Collected data:
>>

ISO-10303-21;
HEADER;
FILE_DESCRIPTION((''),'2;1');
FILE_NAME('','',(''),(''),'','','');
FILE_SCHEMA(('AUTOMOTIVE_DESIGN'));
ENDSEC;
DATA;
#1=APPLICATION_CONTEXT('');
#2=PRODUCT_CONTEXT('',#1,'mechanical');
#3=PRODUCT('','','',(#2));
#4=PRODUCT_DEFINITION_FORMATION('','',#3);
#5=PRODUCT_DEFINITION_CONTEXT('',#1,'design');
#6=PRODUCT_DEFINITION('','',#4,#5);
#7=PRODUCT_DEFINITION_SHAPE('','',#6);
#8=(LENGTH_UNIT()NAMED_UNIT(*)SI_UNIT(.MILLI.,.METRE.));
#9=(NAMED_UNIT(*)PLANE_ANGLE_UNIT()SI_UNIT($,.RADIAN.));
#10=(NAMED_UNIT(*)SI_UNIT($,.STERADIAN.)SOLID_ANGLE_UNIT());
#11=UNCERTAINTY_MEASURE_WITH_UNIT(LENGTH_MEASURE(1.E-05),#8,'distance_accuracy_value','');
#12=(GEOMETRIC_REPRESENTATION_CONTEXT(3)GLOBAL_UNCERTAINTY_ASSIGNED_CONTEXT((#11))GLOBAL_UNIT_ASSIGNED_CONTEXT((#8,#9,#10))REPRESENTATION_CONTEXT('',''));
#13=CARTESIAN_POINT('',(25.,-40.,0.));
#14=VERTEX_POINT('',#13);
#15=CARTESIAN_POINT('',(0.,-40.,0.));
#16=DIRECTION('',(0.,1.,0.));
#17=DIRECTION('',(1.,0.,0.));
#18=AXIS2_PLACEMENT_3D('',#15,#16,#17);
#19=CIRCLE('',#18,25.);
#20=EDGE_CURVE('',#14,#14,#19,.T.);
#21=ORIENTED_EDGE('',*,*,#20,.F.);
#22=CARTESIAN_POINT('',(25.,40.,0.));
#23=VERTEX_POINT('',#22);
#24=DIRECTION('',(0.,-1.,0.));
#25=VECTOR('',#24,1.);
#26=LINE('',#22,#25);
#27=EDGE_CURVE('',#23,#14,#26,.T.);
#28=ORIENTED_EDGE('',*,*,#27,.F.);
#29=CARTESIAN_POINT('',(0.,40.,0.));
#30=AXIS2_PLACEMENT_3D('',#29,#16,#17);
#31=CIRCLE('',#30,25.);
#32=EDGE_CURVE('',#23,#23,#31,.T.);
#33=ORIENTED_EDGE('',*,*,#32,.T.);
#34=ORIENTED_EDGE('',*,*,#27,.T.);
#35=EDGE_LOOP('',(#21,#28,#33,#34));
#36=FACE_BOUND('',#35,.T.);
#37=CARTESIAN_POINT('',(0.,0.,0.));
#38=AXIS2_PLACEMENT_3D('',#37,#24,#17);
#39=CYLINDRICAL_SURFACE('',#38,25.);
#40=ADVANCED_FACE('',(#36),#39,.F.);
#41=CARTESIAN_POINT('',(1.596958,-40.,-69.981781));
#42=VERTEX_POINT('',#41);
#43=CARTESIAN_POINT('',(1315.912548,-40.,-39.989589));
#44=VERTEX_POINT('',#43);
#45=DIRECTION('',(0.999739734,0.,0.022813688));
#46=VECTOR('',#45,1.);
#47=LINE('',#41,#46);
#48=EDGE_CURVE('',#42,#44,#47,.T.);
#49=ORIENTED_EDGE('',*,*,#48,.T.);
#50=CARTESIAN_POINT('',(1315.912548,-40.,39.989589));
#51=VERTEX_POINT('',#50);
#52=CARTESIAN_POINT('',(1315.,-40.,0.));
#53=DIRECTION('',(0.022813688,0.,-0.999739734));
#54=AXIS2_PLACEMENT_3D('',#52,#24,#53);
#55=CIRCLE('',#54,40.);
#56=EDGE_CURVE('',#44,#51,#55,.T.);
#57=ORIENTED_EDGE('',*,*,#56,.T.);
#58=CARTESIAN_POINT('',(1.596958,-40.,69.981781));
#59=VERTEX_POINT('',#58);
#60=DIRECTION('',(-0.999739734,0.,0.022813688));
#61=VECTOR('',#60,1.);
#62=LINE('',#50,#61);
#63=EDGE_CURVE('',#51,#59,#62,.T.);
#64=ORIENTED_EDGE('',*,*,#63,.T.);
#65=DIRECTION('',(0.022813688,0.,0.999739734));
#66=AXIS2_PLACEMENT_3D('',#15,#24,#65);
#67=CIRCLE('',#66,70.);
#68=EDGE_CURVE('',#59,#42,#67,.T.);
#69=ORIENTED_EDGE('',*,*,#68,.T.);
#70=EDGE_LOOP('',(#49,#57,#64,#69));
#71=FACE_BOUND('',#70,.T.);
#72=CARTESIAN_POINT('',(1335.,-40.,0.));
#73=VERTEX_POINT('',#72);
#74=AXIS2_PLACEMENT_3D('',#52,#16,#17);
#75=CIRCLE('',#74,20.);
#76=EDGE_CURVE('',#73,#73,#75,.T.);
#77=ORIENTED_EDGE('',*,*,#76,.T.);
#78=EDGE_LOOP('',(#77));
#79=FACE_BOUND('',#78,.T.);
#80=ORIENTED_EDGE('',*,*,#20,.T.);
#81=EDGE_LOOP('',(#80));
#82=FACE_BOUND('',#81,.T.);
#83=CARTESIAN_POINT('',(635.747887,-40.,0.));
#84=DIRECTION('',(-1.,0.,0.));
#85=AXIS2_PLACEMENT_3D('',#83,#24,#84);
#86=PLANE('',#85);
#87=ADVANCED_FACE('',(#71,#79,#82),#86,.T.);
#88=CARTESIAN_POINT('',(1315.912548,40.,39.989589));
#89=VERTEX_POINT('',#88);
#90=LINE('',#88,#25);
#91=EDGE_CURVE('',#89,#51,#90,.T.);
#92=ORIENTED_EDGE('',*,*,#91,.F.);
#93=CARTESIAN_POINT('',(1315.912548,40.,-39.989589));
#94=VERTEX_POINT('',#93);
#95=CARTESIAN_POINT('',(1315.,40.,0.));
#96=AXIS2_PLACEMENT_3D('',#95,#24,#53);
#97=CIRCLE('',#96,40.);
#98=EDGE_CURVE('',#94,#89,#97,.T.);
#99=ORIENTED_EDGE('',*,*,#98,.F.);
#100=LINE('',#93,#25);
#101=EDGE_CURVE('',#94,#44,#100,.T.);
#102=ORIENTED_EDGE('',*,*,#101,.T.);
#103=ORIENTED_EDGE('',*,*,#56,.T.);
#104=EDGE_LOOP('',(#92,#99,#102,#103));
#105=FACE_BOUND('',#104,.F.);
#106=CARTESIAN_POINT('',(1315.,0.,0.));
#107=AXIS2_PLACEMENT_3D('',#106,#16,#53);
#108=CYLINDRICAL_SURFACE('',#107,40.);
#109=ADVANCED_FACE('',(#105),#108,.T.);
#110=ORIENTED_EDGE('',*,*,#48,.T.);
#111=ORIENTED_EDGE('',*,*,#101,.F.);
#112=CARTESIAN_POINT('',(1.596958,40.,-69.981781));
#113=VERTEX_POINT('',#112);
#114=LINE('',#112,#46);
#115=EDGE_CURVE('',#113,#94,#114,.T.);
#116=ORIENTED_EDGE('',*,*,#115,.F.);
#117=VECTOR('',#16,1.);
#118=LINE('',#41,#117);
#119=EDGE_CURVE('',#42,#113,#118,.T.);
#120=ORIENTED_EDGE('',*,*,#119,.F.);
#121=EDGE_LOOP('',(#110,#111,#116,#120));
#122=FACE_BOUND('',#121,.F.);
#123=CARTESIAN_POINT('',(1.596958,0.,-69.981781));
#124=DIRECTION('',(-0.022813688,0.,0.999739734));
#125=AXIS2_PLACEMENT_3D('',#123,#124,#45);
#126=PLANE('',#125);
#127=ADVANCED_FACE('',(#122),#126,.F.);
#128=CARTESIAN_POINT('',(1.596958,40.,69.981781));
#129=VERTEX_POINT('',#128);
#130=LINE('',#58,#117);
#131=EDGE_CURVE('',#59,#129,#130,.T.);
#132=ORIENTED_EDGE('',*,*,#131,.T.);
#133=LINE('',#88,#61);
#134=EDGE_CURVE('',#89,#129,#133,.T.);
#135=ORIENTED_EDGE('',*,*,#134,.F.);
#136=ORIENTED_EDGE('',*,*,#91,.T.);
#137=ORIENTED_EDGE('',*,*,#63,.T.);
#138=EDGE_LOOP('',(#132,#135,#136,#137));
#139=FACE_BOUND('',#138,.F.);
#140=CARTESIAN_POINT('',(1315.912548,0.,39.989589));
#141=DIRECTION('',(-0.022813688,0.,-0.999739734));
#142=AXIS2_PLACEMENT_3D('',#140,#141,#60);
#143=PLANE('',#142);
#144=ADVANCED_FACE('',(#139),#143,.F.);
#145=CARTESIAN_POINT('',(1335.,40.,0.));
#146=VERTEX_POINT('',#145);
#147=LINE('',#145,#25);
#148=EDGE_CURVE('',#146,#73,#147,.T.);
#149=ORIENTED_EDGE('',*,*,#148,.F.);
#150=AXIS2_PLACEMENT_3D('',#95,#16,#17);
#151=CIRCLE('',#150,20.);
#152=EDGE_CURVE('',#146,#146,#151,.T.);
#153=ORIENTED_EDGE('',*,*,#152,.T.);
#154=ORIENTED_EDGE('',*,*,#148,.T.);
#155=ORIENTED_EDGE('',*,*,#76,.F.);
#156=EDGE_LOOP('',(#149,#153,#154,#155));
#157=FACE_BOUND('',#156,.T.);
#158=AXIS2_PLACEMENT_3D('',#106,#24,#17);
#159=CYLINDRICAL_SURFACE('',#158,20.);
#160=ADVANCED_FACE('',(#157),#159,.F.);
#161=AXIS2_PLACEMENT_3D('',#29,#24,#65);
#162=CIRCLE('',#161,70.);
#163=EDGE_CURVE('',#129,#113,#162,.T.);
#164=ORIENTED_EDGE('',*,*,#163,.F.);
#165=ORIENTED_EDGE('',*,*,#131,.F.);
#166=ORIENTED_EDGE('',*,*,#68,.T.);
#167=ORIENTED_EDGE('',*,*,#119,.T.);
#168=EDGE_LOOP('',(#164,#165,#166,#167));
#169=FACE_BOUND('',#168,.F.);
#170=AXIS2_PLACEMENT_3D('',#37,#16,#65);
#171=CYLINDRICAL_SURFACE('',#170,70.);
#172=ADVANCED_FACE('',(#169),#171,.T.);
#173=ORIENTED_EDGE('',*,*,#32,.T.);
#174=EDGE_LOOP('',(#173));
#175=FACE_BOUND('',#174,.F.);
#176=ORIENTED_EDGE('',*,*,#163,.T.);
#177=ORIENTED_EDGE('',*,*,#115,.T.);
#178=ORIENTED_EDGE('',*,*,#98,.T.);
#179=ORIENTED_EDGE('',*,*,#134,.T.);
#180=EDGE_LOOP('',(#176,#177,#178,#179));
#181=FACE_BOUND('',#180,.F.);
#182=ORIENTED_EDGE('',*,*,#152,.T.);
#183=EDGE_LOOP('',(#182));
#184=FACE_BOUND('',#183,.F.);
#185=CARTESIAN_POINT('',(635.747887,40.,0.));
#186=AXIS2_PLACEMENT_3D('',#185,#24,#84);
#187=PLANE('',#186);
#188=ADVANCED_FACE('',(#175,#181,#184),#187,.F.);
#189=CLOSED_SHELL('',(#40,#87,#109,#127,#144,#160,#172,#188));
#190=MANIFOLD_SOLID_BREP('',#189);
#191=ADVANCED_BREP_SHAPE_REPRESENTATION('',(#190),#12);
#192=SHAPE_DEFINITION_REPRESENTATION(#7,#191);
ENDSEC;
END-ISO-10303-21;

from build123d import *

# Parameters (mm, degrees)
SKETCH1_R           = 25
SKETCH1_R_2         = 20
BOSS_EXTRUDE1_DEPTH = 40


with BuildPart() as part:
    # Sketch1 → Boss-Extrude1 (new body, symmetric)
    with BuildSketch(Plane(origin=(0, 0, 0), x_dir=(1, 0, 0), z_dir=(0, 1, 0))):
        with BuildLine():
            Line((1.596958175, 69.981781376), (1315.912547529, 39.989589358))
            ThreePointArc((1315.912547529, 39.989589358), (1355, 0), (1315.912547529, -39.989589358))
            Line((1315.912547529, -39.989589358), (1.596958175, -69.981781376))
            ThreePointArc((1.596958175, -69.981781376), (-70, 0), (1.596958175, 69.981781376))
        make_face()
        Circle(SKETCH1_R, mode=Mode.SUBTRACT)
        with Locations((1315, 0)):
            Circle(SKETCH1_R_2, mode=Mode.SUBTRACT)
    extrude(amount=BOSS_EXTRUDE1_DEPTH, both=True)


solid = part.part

<<
>>

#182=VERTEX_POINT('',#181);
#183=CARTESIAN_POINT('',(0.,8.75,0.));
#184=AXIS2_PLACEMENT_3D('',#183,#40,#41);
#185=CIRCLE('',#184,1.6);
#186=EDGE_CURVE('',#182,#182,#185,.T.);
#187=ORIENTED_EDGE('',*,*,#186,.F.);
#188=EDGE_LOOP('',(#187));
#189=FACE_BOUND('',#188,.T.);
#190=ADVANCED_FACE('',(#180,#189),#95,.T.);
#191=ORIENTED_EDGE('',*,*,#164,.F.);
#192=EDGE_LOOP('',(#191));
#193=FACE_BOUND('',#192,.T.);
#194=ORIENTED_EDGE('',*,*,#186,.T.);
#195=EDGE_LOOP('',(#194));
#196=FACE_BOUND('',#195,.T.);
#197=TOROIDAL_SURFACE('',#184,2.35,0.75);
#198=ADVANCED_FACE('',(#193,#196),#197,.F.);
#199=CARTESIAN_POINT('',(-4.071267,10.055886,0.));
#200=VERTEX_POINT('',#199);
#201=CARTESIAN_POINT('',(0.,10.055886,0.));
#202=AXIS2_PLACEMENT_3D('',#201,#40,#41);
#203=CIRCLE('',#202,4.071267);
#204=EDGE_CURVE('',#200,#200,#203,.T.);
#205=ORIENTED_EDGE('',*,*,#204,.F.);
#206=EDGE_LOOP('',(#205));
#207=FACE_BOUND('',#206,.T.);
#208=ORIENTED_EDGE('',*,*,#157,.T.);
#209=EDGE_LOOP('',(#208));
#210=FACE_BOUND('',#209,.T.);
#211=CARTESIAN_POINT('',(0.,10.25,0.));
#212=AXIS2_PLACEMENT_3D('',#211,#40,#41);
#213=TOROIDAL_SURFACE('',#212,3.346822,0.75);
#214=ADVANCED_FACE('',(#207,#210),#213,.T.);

<<

How many lines in the entries above hold the word "DIRECTION"? Reply with the number by itself.

10